Облучение опухолей продолжалось две-три минуты. А подготовка к нему – когда на меня надевали маску и фиксировали тело на столе, затем, после процедуры, установку выключали, меня освобождали и отпускали до завтрашнего дня – занимала минут двадцать.
Если все шло по плану.
Но события идут по плану не всегда. Зачастую планы приходится корректировать. Казалось бы, опыт работы в бизнесе и жизненный опыт в целом приучили меня воспринимать такие корректировки как должное, но этого не произошло. Внезапный диагноз и контраст болезни с прежним крепким здоровьем должны были преподать мне урок. Но не преподали. Сомневаться и ожидать худшего мне мешали оптимизм и нацеленность на результат. Почему-то я был уверен, что больницы и онкологические клиники не допускают сбоев в работе.
Вскоре я обнаружил, что так не бывает. Какими бы доброжелательными и сведущими в своем деле ни были сотрудники клиники, им тоже случалось ошибаться.

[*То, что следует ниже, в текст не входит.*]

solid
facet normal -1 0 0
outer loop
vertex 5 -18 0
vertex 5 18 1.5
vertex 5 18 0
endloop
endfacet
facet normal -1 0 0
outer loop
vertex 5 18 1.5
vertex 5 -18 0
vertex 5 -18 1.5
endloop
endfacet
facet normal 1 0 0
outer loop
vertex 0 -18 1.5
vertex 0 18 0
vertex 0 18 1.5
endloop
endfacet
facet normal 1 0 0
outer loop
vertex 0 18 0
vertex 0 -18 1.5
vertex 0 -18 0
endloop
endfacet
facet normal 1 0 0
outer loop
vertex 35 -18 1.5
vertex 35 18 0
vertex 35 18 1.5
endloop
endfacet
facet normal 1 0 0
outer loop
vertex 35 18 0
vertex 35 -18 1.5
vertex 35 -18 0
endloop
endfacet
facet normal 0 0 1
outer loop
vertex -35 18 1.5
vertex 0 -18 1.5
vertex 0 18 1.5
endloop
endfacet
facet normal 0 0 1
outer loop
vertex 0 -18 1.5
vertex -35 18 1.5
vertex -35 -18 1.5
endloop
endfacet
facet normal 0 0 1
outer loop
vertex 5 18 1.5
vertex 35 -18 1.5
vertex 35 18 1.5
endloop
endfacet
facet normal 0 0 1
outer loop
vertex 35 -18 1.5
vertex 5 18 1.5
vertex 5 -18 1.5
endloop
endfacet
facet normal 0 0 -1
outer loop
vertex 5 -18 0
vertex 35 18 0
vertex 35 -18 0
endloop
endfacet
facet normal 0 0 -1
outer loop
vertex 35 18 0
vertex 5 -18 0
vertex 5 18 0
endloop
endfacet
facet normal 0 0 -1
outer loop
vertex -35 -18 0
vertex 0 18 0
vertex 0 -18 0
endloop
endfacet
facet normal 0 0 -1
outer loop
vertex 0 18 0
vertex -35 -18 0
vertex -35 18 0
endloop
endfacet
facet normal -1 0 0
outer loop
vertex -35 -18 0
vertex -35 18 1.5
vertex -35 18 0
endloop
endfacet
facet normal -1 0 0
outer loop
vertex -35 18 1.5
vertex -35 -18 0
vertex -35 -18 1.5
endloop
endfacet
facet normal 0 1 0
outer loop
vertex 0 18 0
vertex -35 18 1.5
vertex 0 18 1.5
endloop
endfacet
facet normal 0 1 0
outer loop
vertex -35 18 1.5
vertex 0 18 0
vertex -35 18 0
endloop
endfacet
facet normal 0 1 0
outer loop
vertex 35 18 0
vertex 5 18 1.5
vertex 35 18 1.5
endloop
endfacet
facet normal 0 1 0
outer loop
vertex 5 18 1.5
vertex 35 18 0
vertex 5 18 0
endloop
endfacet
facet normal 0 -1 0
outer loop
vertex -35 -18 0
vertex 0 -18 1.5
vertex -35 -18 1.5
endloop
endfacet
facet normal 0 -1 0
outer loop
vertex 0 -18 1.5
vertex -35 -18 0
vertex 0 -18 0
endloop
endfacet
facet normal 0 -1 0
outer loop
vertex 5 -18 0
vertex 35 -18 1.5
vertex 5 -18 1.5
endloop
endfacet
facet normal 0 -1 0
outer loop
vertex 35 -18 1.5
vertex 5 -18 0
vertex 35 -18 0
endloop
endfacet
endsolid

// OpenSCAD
// Agarose gel comb - a flat plate with a back bar and a row of rectangular teeth, for casting
// horizontal gels. NOVEL general part.
//

cols   = 10;
teeth_d = 5.0;
teeth_l = 12;
pitch  = 1.5;
bar_w   = 12;
t       = 1.5;

$fn = 48;

p2 = teeth_d + pitch;                 // centre-to-centre pitch
Lx = 70;                              // spine length (X)
wy = bar_w + 2 * teeth_l;             // overall width (Y): spine + 2x the overhanging teeth

difference() {
    translate([-Lx / 2, -wy / 2, 0]) cube([Lx, wy, t]);
    for (i = [-cols / 2 : 1 : cols / 2 - 1])
        translate([0, i * p2 + (cols % 2 == 1 ? pitch / 2 : 0), -1]) cube([teeth_d, teeth_l, t + 2]);   // teeth pockets
}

Но гораздо чаще, примерно один раз из трех, подводила аппаратура. Тогда мой распорядок дня, как и распорядок других пациентов, значительно усложнялся.
Я уже упоминал, что с клаустрофобией раньше не сталкивался. Но если процедура по какой-то причине затягивалась и занимала больше предполагаемых 20 минут, невольно начинал паниковать. И дело было не столько в маске и в облучении, сколько в необходимости дольше управлять реакциями собственного организма. Не сглатывать в течение 20 минут я привык. Но когда они проходили, слюна начинала неудержимо накапливаться и побеждать. От нее было трудно дышать. Проходило полчаса. Я боялся поперхнуться слюной. Сорок минут. А двигать головой мне все еще не разрешали.

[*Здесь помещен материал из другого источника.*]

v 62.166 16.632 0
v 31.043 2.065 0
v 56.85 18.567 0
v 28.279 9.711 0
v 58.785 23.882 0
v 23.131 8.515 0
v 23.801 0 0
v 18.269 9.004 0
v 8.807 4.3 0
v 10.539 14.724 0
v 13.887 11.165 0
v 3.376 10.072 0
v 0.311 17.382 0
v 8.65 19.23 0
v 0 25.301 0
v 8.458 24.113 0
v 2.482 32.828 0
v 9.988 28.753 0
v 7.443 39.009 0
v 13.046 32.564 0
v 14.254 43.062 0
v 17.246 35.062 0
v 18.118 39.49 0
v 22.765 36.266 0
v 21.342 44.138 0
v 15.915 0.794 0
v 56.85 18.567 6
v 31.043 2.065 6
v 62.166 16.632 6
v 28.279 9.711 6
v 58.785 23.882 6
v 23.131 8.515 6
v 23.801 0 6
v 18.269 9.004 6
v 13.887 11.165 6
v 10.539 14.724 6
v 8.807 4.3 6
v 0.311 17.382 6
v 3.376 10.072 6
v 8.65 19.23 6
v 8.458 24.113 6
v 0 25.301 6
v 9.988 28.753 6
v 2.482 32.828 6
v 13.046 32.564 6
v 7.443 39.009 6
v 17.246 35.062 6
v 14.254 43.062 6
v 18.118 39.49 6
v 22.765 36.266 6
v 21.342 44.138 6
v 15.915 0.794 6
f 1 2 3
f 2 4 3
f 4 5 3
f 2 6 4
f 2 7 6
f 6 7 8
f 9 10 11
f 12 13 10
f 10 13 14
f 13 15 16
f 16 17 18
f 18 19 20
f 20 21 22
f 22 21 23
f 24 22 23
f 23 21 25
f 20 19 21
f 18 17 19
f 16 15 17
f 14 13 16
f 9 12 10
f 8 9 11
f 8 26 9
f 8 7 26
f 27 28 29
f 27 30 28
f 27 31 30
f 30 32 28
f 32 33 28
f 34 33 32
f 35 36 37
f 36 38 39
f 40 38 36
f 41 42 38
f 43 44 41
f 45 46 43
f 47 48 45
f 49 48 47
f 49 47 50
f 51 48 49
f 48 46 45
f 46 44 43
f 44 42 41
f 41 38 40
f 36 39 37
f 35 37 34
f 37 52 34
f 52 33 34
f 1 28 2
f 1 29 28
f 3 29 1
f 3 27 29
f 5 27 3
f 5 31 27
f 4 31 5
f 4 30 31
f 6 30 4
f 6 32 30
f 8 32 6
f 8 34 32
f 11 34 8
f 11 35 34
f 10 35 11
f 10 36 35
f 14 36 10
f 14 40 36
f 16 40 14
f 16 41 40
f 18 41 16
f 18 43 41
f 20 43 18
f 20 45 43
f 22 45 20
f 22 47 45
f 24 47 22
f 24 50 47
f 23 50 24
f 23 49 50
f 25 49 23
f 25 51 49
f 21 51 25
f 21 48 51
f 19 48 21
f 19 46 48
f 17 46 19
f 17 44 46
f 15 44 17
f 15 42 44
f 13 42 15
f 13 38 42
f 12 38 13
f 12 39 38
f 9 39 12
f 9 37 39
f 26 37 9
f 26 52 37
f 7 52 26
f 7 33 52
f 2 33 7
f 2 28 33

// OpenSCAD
$fn = 32;

// ----------------------------------------------------------------------
// Hook plate: curl radius 18 mm over 205 degrees, 8 mm thick band
// ----------------------------------------------------------------------

// --- parameters (mm) ---
profile_height = 6;       // extrusion height
profile_points = 26;      // points of the closed outline

profile = [[18.118, 39.49], [21.342, 44.138], [14.254, 43.062], [7.443, 39.009], [2.482, 32.828], [0, 25.301], [0.311, 17.382], [3.376, 10.072], [8.807, 4.3], [15.915, 0.794], [23.801, 0], [31.043, 2.065], [62.166, 16.632], [56.85, 18.567], [58.785, 23.882], [28.279, 9.711], [23.131, 8.515], [18.269, 9.004], [13.887, 11.165], [10.539, 14.724], [8.65, 19.23], [8.458, 24.113], [9.988, 28.753], [13.046, 32.564], [17.246, 35.062], [22.765, 36.266]];  // single closed polygon, 26 points, counter clockwise

// --- the one profile operation ---
linear_extrude(height = profile_height) polygon(points = profile);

Прошло несколько сеансов, и одна из самых упрямых лучевых установок сломалась. График процедур сдвинулся, все сеансы начинались с опозданием. Обстановка в клинике и без того чревата стрессами, в очереди к каждой установке обычно собиралось от четырех до шести пациентов, напряженное ожидание никого не радовало. Нервозность в приемной становилась почти осязаемой.

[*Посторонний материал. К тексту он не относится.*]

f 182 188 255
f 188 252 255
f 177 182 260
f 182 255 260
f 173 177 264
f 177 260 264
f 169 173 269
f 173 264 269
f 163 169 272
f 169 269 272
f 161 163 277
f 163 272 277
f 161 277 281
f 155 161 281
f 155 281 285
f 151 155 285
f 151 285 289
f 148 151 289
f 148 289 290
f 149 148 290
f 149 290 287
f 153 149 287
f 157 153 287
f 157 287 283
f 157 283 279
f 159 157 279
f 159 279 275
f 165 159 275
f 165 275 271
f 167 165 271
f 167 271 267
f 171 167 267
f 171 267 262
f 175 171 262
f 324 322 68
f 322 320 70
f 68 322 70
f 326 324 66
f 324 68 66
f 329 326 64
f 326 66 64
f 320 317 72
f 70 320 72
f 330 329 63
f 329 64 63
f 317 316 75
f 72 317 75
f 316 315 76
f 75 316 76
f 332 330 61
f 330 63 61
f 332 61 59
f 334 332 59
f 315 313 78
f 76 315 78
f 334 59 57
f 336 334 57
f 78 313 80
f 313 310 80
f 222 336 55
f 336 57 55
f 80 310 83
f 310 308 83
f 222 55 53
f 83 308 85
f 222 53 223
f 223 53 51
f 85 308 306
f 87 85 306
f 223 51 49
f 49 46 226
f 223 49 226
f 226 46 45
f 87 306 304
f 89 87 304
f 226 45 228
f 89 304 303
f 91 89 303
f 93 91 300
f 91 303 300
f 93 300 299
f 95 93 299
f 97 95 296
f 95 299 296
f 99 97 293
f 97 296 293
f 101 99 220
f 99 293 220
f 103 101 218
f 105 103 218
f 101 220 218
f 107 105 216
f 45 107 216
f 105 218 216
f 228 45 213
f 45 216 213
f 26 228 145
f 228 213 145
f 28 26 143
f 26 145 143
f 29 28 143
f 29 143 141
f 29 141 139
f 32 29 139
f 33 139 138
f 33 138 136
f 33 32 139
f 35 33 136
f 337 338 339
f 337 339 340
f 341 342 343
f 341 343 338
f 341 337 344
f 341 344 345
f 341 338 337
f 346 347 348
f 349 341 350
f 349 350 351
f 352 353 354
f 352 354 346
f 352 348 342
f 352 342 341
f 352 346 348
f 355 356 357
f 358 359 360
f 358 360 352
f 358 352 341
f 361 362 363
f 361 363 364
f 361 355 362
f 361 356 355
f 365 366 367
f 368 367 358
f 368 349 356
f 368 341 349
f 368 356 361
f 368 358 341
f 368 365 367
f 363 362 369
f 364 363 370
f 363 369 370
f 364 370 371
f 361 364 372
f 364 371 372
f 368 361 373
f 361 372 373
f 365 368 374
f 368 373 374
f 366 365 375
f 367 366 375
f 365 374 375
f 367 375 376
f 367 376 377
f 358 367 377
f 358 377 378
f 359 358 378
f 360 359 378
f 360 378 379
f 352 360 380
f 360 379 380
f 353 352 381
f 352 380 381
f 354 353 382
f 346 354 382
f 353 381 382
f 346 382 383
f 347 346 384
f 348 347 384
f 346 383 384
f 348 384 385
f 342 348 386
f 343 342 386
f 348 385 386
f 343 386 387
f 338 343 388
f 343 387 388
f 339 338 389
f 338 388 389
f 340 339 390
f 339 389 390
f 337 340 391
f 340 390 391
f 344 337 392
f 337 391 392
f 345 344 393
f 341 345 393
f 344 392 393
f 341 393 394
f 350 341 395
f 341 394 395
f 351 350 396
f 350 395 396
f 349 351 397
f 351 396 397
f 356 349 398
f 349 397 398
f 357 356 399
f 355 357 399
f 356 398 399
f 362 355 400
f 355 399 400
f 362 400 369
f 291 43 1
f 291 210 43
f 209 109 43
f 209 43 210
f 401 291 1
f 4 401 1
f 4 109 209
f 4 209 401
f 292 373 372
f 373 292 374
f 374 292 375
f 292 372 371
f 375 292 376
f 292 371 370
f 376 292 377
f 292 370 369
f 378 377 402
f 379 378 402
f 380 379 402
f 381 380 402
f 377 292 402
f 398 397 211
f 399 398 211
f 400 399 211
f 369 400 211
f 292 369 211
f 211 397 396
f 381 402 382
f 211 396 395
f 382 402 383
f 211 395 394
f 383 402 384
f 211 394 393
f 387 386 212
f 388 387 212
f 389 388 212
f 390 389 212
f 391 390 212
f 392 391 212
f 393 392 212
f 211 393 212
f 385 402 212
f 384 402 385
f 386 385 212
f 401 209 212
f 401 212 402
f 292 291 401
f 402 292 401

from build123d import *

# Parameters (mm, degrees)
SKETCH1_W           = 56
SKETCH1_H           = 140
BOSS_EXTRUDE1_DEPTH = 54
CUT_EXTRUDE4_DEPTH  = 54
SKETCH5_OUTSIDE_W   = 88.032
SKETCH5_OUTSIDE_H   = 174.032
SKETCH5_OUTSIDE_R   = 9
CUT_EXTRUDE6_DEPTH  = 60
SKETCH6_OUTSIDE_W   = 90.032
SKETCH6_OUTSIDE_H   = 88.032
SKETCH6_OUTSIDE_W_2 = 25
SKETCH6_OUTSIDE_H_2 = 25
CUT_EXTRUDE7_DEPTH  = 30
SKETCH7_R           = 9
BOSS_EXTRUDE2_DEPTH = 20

Один из лучевых аппаратов, в который были внесены координаты моих опухолей, мы с Коринной прозвали «Старым Надежным», и, как указывало это прозвище, он ломался реже остальных. Но из-за проблем с механикой (например, никак не удавалось сладить с каким-нибудь упрямым рычагом, приводящим аппаратуру в нужное положение), на столе порой приходилось лежать слишком долго. А иногда требовалось еще сделать снимок.
Мне приходилось подчиняться прихотям техники и персонала, зависеть от людской компетентности и переменчивой удачи. В матче человека против машины я вел счет. Если ждать приходилось дольше 25 минут, значит, в тот день выиграла аппаратура. Но, несмотря на все эти задержки, я считал себя самым везучим среди пациентов лучевого отделения. Некоторые мои товарищи по несчастью были гораздо моложе меня. Многие в отличие от меня терпели боль – зачастую мучительную, вызванную раком или побочными эффектами. Происходящее угнетало их. Многие добирались до клиники подолгу, с пересадками, после сеансов отправлялись обратно все тем же путем, и так четыре-пять раз в неделю. Когда аппарат, в очереди к которому они ждали, вдруг ломался, казалось, вот-вот будет сломлена и воля этих людей. Как и у меня, у многих был рак в последней стадии, и они пытались постепенно свести жизнь на нет, но не были готовы к этому и даже не представляли, с чего начать. В ожидании сеанса одна из пациенток беспокойно вышагивала по приемной и отрывисто говорила, а иногда и вопила по телефону, утрясая детали продажи своей компании. Эти вопли нервировали остальных пациентов. Но, когда разговор закончился, она повернулась ко всем нам и с неподдельной искренностью извинилась.
Я кивнул в ответ. Меня не расстроили ни вспышки ее эмоций, ни сама мысль о продаже компании. Я понимал ее.